The dashboard is live at bot.swevendigital.com — clean light/dark mode, read-only, the equity curve updates daily, the basket updates monthly. Credentials available on request (ping me).
Act 8: What I actually learned
Six lessons. None of them are clever. All of them I knew on some level before I started. The point of the $13k tuition was driving them in deep enough that I'll actually act on them next time.
- Backtest first. Always. If I had spent the first week of v0.5 backtesting VCP breakouts on historical SPY data, I would have discovered that the strategy needed discretionary judgment I couldn't automate, and I would have saved myself three months and thirteen grand. Building tooling around an untested strategy is the cardinal sin.
- Discipline is the alpha. The winning strategy is dead simple. No ML. No exotic derivatives. No leverage. Just: pick cheap quality companies, ride momentum, step aside when the market is below its 200-day. The edge isn't in the cleverness — it's in actually doing it for 19 years without flinching.
- Survivorship bias is real and expensive. Free data is free for a reason. Sharadar's point-in-time history cost me $69/month and gave me back 2–3 percentage points of phantom CAGR that I would have otherwise believed in.
- Concentration plus leverage equals death. v0.5 hit 2.84x gross leverage and I didn't even know. v1 has a hard cap at 1.0x with checks at three different layers. Belt, suspenders, and a glance in the mirror before I leave the house.
- Strategy choice matters more than execution quality. I had a beautifully engineered execution layer in v0.5. It was executing the wrong strategy. A great waiter cannot save a bad restaurant.
- Build the cron job last. The right moment to autonomize a strategy is after you've proven it works on data, not before. Going autonomous on a hunch is how you wake up to 88 CRITICALs and a 13% drawdown.
Working with Claude Code through this entire project was — honest to god — the difference between a one-month rebuild and a six-month one. But Claude is a tool. It will happily help you build the wrong thing at warp speed. The judgment of what to build is still on me. The bot didn't fail because Claude wrote bad code. It failed because I asked Claude to build a strategy I'd never validated.
Where it's headed
I'm running the new bot on paper for 6–12 months. If it tracks the backtest within a reasonable confidence band — meaning real-world slippage, commissions, and the gap between point-in-time data and live screener data don't eat the edge — I'll move to real money in a separate, sized-appropriately account. If it diverges meaningfully, I'll know what to fix because I have a clean backtest baseline to compare against. Either way, the autonomous monthly rebalance keeps running on a systemd timer, and I keep watching the equity curve from my phone like a normal person watches sports.

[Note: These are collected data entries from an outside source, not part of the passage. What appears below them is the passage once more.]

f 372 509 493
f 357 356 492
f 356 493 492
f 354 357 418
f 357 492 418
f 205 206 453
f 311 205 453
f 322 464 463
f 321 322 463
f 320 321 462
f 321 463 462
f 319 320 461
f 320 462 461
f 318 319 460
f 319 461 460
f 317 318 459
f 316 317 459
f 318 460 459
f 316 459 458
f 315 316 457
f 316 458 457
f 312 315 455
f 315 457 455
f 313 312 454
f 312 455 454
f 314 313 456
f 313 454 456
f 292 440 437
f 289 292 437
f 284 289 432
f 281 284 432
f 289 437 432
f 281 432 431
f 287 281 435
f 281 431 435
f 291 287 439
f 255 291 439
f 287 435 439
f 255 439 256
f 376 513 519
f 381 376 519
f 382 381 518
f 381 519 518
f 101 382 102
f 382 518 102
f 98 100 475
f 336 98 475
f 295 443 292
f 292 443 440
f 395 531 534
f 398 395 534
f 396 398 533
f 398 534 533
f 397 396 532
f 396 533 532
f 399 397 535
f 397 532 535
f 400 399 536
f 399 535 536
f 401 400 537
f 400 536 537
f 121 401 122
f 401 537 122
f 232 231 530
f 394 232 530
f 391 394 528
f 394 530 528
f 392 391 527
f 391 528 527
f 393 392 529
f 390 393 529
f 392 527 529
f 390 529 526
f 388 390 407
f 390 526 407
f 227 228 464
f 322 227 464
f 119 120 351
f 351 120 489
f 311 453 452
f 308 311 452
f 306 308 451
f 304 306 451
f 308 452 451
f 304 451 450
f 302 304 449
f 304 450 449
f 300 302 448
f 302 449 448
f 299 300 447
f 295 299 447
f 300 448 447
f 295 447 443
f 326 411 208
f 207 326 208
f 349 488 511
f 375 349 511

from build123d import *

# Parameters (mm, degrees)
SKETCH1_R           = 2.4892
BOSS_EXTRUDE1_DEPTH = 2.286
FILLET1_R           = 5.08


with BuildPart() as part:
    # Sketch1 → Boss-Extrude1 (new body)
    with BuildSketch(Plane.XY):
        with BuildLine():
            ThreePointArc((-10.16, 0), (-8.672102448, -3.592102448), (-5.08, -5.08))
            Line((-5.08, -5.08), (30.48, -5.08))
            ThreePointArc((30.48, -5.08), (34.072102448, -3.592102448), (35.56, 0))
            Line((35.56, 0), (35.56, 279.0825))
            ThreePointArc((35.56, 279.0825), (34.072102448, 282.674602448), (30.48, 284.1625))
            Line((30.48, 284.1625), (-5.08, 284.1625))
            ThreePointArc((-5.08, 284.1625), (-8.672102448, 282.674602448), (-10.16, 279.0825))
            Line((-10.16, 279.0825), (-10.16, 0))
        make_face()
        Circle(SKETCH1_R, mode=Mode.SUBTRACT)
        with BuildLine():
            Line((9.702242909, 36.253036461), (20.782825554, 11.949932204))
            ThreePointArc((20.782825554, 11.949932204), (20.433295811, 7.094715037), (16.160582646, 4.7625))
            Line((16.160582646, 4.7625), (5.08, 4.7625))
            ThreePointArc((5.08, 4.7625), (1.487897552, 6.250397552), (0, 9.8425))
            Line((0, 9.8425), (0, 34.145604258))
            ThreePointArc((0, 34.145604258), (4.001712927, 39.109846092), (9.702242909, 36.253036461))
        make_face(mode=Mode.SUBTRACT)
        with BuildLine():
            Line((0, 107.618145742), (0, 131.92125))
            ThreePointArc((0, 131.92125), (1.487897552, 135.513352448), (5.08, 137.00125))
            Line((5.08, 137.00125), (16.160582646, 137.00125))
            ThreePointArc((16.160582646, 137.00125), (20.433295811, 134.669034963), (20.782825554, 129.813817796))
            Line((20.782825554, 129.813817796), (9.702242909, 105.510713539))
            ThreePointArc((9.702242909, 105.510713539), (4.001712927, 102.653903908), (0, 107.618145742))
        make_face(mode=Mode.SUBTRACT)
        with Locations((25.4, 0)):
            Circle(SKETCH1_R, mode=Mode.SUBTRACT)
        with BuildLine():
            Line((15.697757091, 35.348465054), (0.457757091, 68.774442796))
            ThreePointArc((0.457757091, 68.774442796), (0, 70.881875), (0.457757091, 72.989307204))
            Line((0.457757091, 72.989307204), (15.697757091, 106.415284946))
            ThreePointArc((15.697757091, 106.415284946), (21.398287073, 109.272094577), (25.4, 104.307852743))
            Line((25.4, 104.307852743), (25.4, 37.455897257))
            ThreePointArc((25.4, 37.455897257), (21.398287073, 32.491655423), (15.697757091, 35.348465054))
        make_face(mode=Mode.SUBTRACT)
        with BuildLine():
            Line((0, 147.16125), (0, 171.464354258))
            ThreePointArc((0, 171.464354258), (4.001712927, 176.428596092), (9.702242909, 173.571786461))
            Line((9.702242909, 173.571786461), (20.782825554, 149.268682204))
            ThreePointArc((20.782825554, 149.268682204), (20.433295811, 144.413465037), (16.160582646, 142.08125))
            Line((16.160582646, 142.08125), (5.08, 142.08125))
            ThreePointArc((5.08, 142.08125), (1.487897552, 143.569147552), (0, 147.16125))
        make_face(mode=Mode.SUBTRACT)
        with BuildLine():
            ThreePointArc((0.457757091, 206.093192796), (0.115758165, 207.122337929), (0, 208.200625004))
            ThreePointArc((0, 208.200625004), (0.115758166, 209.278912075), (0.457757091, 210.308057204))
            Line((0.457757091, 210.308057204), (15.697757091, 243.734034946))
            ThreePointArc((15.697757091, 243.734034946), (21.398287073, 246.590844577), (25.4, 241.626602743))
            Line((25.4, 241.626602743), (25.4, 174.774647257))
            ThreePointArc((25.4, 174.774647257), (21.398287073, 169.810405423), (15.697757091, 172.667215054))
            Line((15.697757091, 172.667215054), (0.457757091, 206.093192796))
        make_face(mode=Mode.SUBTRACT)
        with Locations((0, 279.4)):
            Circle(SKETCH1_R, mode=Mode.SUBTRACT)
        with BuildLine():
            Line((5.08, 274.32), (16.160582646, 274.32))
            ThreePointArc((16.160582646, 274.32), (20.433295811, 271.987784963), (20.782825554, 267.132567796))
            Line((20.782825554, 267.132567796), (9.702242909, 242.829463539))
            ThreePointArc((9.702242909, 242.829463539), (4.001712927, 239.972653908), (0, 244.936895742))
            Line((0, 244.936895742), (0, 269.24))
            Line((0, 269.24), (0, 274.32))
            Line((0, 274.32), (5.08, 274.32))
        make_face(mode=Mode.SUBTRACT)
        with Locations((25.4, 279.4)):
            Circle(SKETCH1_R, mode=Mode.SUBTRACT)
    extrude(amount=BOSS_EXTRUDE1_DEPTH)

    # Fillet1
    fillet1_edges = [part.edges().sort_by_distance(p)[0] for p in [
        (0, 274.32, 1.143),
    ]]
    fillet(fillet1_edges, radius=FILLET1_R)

I'm leaving the v0.5 codebase at git tag v0.5-frozen as a monument to what happens when you confuse motion with progress. I look at it sometimes. It's still pretty impressive, in the way a really expensive sports car wrapped around a telephone pole is pretty impressive. I keep it around so I remember.
The new bot has no Discord commands. No options module. No coaching memos written in the voice of dead traders. Just 300 lines of Python, one cron job, a dashboard, and a strategy I can defend with a 19-year backtest and a one-sentence explanation.
If the next two articles in this series have to be "Year One Live Results" and "What Broke," I'll write them honestly. That's the deal I made with myself when I started Path A. Show your work. Show the bad parts. Don't oversell.
The bot is still paper. The edge is still hypothetical. The lesson, however, is fully paid for.